Yep, that is the press release of the transplant, which was a great accomplishment for sportsmen. But you still don't understand that the Agency Draw/Wildhorse Bench hunt targets the bison which have come off the reservation. You do notice that the entire Book Cliffs unit is not included in the hunt boundary? The buffalo have been coming off the reservation for years and the hunt targets those bison-- not the transplanted bison (of course some of those transplants may have gone down into the area where this hunt occurs). I saw the first bison in 2004, feeding with the cows in Willow Cr. 

From the Bison Mgt Plan-- Supplement the current bison expansion by releasing a total of 45 new animals beginning in 2008. -- That means they would supplement the escaped tribe bison with transplants.

I think we will see the first hunt targeting the transplanted bison within the next 2 years. Great success story so far.


----------



## 300 Wby (Aug 14, 2008)

goofy elk said:


> [quote="300 Wby":2k80759e]Probably get slammed for saying this but.....Hmmm 20% of an OIL hunt getting auctioned off?


Here's what 'some' of you don't get. :shock:[/quote:2k80759e]

It is not that I don't agree with the goal of conservation permits they are needed and are useful and benefits both game and non-game species alike.
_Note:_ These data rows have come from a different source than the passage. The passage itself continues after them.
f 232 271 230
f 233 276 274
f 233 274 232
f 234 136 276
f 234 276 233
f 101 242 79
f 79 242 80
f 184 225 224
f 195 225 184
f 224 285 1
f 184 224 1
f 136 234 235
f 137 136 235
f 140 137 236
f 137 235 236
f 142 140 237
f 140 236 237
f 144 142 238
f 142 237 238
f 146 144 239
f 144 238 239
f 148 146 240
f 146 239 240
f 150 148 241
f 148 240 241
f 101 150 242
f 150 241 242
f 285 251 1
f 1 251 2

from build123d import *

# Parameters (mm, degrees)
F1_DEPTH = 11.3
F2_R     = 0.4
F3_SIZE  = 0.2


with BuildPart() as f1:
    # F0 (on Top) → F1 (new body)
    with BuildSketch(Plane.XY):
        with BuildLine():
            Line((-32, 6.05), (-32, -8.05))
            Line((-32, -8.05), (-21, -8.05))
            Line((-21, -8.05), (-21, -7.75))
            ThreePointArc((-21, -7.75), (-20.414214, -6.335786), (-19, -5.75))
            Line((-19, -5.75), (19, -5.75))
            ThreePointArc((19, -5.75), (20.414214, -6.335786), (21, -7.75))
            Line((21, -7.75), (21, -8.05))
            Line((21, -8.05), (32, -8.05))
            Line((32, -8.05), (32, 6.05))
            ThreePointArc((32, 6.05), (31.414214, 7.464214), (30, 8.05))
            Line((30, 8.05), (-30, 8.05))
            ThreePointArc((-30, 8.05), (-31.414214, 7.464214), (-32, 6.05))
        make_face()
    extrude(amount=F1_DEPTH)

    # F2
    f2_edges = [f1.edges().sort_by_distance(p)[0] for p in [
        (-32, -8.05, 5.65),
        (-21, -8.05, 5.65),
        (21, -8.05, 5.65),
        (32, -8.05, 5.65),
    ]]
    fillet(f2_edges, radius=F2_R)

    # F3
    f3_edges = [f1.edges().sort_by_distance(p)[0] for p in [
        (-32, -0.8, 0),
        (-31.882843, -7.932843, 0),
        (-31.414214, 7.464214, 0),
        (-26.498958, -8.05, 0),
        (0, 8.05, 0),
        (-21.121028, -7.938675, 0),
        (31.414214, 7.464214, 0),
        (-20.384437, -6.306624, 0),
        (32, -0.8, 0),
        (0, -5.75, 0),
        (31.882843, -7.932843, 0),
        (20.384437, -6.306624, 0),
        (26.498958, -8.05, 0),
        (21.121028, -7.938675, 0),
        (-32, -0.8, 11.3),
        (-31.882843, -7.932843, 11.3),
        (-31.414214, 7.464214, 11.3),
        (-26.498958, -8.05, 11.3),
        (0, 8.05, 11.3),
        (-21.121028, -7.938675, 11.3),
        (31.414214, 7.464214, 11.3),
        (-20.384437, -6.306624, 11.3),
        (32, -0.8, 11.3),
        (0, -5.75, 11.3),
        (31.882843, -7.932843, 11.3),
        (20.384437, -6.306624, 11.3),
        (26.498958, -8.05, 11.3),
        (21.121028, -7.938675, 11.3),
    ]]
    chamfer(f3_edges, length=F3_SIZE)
You are correct that there are some things that I jsut don't get; one of them is why are 13% of of our Desert Bighorn and 13% of our Rocky Mountain Bighorn permits conservation permits? (I have not done the math on the remaining OIL species so I will not bring them into this discussion). Do we really need that many, or can they be limited to 10% or less for each specieand raise the missing revenue by Increasing the cost of application for non-residents from $10 to $30? After all non-residents can buy points for all species and perhaps we should look into raising the non-resident hunting license to $150, commensurate with our Nevada and Idaho neighbors (non-resident points and fee is another burr under my saddle but I'll save that for later).

Bottom line for me is that these are rare public resources so the permits that are not provided to the public should be rare as well. Are these types of permits needed yes; should we the people of utah be so generous with our tags? I would say not.


----------



## goofy elk (Dec 16, 2007)

Well, first off, application cost go to the company in Nevada to operate the draw.
None of that money gos to the DWR or Concervation as I understand it, so raising 
cost there would do nothing.

And the change just a couple years ago, madating a hunting permit to apply
for LE and OIAL tags did raise cost to Non-res'ys...........
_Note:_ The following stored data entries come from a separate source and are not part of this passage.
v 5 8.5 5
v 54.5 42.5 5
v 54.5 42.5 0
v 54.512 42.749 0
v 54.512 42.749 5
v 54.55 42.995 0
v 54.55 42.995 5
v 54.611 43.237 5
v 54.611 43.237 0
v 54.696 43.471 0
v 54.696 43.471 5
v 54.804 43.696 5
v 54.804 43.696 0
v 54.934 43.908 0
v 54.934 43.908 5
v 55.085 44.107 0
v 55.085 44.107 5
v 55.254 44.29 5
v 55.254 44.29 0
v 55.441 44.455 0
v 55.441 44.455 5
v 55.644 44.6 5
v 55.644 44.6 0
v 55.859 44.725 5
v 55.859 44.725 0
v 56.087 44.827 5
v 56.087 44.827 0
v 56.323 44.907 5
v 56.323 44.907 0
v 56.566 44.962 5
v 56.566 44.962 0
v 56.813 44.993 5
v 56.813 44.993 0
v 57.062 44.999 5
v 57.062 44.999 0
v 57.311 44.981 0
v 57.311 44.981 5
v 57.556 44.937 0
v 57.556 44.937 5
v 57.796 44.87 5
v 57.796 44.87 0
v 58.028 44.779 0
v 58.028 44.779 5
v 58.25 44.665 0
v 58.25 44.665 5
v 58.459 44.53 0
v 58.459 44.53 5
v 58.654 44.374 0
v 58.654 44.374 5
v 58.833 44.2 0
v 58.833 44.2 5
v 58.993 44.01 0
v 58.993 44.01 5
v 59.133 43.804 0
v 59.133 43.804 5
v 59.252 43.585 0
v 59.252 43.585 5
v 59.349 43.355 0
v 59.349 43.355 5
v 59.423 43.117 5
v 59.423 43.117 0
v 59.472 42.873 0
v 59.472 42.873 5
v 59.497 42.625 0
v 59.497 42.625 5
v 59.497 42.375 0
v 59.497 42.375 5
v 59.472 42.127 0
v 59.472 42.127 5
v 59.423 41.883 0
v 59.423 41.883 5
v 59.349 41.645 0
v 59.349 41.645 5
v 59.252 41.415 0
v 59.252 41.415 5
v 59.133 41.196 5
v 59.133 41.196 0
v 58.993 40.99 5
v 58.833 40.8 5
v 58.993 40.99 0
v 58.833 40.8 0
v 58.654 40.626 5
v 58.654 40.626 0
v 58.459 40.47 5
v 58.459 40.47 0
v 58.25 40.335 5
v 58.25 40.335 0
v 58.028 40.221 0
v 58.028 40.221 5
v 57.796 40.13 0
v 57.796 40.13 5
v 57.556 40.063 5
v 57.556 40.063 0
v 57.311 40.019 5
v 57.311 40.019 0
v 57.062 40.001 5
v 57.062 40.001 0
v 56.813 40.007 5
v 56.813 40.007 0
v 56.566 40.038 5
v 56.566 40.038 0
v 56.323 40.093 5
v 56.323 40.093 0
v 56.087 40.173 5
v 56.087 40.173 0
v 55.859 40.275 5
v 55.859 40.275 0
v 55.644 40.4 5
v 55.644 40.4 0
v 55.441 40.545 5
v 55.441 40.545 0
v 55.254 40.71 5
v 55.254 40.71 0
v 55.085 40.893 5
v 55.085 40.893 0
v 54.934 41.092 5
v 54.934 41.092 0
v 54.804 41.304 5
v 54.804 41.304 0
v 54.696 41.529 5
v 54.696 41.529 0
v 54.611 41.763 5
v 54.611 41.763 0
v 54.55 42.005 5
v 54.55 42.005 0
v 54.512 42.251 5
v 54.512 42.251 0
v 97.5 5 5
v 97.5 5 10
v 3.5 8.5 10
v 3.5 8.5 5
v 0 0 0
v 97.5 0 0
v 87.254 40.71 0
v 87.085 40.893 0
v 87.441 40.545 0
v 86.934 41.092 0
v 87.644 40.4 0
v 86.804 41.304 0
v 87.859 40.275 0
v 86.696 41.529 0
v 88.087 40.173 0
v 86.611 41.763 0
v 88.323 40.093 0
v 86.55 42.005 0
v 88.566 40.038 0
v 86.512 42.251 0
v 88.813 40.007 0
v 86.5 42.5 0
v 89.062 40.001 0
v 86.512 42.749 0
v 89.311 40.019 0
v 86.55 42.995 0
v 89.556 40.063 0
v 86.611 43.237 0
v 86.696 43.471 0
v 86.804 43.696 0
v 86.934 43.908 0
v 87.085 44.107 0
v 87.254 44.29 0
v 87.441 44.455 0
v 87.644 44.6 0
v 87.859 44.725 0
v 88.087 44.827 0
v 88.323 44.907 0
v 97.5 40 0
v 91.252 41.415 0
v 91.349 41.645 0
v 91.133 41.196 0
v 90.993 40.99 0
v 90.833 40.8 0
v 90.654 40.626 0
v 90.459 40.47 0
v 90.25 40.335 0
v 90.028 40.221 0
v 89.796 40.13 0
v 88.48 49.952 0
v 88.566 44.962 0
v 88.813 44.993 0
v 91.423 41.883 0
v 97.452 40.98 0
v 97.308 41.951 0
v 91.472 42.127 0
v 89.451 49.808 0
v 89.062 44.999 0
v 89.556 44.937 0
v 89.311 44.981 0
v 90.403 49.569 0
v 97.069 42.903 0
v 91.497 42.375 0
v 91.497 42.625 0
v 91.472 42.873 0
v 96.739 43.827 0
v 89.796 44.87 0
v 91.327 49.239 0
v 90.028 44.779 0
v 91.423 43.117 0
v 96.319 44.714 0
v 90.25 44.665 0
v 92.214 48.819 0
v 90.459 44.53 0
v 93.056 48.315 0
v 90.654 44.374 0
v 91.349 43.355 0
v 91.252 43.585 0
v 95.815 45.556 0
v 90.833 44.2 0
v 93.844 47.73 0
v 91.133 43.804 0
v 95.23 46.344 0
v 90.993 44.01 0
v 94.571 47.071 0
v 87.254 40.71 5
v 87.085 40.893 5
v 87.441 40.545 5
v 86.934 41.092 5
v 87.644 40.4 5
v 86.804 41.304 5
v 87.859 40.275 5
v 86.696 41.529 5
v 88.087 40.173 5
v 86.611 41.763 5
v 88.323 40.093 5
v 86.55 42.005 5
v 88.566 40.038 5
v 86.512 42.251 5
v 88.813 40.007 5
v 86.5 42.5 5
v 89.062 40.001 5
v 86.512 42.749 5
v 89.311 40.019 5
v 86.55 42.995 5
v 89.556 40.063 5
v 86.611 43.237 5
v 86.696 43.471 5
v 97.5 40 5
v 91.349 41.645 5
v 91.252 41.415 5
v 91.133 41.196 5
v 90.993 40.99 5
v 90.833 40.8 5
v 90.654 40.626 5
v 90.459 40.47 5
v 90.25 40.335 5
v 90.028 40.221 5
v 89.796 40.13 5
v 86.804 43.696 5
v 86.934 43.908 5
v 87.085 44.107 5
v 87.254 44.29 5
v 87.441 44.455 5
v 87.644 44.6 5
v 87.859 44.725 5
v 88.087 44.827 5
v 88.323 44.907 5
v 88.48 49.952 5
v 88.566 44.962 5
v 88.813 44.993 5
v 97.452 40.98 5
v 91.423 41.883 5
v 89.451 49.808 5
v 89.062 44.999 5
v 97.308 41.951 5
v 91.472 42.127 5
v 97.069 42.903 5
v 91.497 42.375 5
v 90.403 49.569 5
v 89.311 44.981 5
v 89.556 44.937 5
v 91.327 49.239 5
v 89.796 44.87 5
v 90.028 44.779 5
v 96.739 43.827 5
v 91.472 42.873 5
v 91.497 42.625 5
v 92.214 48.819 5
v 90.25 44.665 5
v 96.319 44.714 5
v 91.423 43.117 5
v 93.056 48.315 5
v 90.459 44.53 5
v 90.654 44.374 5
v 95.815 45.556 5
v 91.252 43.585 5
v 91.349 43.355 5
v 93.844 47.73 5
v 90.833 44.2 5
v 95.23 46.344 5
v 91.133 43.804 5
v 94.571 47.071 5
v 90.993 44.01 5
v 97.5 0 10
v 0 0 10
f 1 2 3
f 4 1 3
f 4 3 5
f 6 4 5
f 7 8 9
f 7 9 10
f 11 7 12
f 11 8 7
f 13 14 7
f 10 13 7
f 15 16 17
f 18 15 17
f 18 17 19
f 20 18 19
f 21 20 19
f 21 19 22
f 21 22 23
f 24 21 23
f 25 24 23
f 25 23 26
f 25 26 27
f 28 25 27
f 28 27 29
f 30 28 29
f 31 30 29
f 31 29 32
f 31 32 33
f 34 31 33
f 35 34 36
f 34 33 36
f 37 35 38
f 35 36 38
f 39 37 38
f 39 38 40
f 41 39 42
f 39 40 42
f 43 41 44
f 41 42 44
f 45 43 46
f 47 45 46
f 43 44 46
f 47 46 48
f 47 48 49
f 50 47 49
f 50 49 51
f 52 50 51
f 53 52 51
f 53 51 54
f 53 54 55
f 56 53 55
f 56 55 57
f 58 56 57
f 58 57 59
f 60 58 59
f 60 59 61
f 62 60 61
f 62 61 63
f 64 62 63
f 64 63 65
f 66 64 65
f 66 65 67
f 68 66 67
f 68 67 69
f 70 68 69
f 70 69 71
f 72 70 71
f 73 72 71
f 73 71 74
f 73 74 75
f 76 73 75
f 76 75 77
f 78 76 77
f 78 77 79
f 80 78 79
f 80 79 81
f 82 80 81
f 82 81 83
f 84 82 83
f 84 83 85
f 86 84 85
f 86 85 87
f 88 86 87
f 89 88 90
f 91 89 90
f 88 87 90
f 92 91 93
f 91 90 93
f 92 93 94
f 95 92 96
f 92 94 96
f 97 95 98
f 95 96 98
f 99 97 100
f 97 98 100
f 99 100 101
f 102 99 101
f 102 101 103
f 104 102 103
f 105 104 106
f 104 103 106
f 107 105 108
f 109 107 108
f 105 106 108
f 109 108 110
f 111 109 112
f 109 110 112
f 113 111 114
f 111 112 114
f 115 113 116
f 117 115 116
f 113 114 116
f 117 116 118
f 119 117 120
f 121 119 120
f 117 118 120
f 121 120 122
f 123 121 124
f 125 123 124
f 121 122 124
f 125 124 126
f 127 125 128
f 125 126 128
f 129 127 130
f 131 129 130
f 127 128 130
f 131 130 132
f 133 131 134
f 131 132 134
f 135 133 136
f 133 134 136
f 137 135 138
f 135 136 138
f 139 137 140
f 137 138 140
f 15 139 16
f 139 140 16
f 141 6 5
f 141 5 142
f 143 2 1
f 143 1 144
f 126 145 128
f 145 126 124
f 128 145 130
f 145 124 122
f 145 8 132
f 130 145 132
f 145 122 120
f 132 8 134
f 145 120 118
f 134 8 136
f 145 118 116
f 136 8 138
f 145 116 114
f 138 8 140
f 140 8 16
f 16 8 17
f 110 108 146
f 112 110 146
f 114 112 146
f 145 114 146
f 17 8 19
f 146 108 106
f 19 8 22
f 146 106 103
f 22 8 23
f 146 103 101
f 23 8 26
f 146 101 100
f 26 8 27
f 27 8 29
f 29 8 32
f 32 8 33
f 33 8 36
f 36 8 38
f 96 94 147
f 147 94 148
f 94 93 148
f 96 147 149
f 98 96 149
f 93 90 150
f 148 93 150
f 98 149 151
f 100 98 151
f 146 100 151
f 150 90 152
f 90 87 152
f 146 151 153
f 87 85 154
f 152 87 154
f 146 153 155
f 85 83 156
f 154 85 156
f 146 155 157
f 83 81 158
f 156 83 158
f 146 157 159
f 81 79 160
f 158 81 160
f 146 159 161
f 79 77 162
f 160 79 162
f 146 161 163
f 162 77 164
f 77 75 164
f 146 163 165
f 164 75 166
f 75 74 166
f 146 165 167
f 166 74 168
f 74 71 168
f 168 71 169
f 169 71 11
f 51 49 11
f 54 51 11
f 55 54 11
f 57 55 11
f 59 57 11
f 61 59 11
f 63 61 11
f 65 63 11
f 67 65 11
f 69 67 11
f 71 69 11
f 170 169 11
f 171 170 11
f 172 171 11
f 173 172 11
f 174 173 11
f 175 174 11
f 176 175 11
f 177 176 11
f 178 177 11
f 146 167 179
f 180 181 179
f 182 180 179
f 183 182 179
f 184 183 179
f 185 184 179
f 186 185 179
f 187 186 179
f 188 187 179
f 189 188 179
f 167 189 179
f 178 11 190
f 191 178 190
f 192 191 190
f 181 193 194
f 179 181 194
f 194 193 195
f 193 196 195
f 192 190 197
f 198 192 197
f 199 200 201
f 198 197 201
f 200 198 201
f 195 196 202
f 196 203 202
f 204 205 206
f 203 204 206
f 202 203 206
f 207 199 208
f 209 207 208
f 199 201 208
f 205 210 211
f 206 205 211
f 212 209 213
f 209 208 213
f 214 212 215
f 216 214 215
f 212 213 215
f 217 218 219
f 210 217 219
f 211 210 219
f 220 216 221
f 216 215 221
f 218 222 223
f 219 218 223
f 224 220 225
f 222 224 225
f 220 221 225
To push another law through so soon, and change it again, would not look good..
( Just look at Wyoming is going through right now :shock: )

IMHO, 13% on those big horn tags going to conceravtion is perfectly fine...
After all, those hunte WOULD not even exsist without them, and will not
grow if the concerv tags were to disapear.......Personaly, I'm OK with how it is.


----------



## Packout (Nov 20, 2007)

Well, actually..... The UDWR has a contract with the Nevada application service company which pays the company much less than the $10 app fee. I think the fee the NV Co gets around $3-5 per app ( can't remember the exact number). The rest of the app money is used to do mailings, print booklets, administrative costs, support the computer system, etc.... So they could make us pay more per app and have that increase be earmarked for conservation projects. Not that I'd want to do that and not that it would pass the Legislature, but it is an option. With 150,000+ apps, if they had a $1 conservation fee on apps, they could generate $150,000 which equates to about 3-4 auctioned sheep permits. We do need to maintain a strong program to fund conservation efforts-- be it transplanting sheep, studying moose, or thinning the PJ jungles.

Still, not sure about how the BC bison hunt is, but sounds like fun.


----------



## goofy elk (Dec 16, 2007)

Packout, I drew a BC elk tag in 1992,,,,Was there on Seep ridge and ran into
5 Buffalo , 4 cows and a HUGE bull......I bout died! had no clue back then the
Ute tribe had buff! Or they were wondering onto the public ground on the cliffs..

Funny thing too, I'd been seeing buff on the Henrys quite regular before that...
COULDN'T believe my eyes when I saw them in the Book Cliffs 20 years ago.


----------